§ **Material shown**
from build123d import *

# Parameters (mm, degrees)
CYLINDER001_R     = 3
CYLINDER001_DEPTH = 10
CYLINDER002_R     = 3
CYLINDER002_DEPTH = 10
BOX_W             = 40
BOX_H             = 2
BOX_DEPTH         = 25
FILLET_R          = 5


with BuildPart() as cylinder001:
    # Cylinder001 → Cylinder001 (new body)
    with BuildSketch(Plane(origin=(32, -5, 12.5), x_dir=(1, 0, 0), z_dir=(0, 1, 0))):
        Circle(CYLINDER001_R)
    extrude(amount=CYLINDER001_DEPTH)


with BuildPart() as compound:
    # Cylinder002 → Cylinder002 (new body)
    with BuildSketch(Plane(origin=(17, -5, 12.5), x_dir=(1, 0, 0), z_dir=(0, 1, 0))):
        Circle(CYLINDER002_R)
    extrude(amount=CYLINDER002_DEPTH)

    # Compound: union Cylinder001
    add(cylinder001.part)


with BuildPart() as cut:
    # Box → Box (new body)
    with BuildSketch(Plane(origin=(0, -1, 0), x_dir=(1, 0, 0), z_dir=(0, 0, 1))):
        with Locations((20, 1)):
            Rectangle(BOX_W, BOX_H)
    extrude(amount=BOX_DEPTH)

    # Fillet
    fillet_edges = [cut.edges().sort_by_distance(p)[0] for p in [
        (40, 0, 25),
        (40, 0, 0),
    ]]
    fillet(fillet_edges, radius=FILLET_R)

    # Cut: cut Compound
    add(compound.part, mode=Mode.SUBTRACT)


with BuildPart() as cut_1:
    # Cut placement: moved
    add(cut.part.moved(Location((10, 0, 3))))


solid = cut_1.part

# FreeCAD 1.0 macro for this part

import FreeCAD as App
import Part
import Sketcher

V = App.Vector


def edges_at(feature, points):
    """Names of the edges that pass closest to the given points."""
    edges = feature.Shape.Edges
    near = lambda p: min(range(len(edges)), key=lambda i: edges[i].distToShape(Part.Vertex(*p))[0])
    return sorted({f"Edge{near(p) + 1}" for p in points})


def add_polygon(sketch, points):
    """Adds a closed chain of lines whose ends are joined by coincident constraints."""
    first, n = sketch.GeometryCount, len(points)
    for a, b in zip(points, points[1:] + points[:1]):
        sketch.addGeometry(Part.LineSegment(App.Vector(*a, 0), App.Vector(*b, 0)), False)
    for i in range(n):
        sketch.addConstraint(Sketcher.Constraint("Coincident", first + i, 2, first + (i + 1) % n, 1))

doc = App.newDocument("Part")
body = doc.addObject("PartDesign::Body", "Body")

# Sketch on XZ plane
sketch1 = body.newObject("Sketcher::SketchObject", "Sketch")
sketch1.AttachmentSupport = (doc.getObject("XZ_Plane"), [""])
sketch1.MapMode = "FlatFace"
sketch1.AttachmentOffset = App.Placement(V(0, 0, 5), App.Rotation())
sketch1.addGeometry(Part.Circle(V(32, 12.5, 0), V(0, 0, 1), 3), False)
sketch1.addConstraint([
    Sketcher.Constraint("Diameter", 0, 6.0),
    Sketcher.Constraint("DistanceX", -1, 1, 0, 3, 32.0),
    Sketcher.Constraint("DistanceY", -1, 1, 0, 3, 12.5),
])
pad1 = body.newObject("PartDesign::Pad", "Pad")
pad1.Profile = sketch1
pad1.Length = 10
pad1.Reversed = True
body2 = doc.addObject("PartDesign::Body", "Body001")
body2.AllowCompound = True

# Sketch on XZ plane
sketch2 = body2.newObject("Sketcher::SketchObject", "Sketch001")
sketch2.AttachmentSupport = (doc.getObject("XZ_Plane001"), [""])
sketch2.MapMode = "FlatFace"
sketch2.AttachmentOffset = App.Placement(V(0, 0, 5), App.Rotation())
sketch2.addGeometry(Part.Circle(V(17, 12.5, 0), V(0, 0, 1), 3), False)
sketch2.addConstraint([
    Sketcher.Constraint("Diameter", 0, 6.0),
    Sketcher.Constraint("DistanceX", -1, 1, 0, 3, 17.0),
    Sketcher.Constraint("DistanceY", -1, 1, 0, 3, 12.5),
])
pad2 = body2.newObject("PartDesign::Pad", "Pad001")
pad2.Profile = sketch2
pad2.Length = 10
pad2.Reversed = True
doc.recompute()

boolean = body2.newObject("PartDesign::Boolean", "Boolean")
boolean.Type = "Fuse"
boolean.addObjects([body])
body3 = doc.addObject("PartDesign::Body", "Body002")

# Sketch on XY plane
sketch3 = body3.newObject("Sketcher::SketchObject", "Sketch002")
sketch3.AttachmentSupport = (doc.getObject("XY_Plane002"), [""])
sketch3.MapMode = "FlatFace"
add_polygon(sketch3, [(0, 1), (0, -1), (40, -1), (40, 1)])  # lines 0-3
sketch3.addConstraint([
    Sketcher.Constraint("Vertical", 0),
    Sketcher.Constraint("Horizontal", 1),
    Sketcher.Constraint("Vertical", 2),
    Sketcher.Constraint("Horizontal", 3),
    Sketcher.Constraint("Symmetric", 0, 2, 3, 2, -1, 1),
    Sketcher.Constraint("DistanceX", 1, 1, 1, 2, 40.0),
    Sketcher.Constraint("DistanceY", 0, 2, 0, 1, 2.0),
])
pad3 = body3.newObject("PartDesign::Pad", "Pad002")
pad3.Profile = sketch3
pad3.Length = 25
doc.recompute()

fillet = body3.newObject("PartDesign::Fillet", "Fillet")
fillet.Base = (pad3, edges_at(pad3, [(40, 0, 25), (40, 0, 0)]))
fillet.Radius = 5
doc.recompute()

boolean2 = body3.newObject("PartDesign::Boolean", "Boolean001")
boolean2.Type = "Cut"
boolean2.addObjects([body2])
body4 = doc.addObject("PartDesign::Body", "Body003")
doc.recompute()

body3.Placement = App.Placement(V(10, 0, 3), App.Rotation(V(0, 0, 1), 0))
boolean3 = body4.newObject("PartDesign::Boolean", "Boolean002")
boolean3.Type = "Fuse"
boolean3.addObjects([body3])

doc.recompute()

---

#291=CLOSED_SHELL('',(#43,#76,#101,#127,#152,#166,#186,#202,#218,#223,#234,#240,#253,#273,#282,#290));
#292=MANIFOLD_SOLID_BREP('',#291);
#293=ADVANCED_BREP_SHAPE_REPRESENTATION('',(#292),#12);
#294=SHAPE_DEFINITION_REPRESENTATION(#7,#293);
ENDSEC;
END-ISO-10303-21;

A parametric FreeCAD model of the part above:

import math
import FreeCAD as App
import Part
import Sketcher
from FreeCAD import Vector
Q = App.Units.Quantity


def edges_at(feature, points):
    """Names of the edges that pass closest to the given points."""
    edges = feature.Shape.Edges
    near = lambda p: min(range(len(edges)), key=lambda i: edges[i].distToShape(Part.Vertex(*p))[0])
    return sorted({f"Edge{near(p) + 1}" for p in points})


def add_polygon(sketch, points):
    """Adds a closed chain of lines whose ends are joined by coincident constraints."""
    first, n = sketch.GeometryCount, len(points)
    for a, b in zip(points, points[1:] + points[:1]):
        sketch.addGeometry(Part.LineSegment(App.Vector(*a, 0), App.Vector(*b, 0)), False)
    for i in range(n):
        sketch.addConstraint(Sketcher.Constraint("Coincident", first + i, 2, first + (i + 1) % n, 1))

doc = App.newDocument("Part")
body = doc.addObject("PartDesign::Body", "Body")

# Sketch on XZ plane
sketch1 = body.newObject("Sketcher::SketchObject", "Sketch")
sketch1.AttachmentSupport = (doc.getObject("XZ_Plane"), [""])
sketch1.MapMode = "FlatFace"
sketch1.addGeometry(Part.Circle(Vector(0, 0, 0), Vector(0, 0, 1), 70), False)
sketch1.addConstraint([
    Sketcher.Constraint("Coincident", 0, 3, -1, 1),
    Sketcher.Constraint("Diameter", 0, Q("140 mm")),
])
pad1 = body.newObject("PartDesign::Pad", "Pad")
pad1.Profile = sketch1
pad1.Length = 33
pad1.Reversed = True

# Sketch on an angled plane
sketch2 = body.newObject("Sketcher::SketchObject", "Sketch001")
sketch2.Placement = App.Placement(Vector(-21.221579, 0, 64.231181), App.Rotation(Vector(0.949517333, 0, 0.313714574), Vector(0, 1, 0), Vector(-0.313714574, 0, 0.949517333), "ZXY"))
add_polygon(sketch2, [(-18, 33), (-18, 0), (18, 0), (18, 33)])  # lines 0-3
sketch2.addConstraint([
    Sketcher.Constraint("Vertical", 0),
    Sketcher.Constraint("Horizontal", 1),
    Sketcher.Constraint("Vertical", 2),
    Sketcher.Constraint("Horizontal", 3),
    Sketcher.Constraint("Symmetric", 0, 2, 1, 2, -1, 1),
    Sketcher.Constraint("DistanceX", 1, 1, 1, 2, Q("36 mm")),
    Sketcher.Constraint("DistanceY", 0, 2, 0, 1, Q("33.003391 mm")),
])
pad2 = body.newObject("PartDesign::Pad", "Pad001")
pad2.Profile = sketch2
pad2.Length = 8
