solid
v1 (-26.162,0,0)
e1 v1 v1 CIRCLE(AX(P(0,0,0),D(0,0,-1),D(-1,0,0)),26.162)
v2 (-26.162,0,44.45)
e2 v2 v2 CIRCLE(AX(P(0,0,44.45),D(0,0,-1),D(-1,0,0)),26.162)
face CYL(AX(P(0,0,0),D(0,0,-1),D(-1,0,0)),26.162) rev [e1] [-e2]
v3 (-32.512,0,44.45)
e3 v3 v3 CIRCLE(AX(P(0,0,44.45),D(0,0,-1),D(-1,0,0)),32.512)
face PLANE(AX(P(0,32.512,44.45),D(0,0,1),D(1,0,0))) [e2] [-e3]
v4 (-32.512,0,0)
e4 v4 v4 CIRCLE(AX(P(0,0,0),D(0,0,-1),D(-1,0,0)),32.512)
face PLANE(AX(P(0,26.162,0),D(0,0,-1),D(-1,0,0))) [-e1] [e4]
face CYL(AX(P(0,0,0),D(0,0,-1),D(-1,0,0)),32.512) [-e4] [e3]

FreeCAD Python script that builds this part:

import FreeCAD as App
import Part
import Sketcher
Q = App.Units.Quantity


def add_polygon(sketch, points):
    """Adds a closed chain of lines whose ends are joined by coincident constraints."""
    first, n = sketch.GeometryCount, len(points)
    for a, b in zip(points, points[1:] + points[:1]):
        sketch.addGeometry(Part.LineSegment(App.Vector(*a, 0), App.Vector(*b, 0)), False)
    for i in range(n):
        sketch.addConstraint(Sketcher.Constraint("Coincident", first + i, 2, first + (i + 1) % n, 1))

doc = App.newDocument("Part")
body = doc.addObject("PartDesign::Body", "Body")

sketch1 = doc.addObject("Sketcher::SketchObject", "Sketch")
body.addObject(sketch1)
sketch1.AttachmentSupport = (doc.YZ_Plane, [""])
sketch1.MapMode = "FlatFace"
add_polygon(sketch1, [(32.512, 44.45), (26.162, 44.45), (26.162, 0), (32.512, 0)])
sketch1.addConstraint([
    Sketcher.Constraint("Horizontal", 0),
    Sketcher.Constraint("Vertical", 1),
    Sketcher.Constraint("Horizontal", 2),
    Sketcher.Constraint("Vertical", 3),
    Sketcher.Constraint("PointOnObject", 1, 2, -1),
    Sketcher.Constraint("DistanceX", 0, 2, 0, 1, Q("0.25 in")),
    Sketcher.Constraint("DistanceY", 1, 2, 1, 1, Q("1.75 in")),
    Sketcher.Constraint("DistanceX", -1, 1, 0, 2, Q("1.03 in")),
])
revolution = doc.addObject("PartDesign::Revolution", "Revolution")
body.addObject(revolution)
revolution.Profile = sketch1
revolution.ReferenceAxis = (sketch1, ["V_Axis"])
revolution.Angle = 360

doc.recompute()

§ **Task description**
The lines above that include "from" should each be listed.

§ **Exercise solution**
from build123d import *
from FreeCAD import Vector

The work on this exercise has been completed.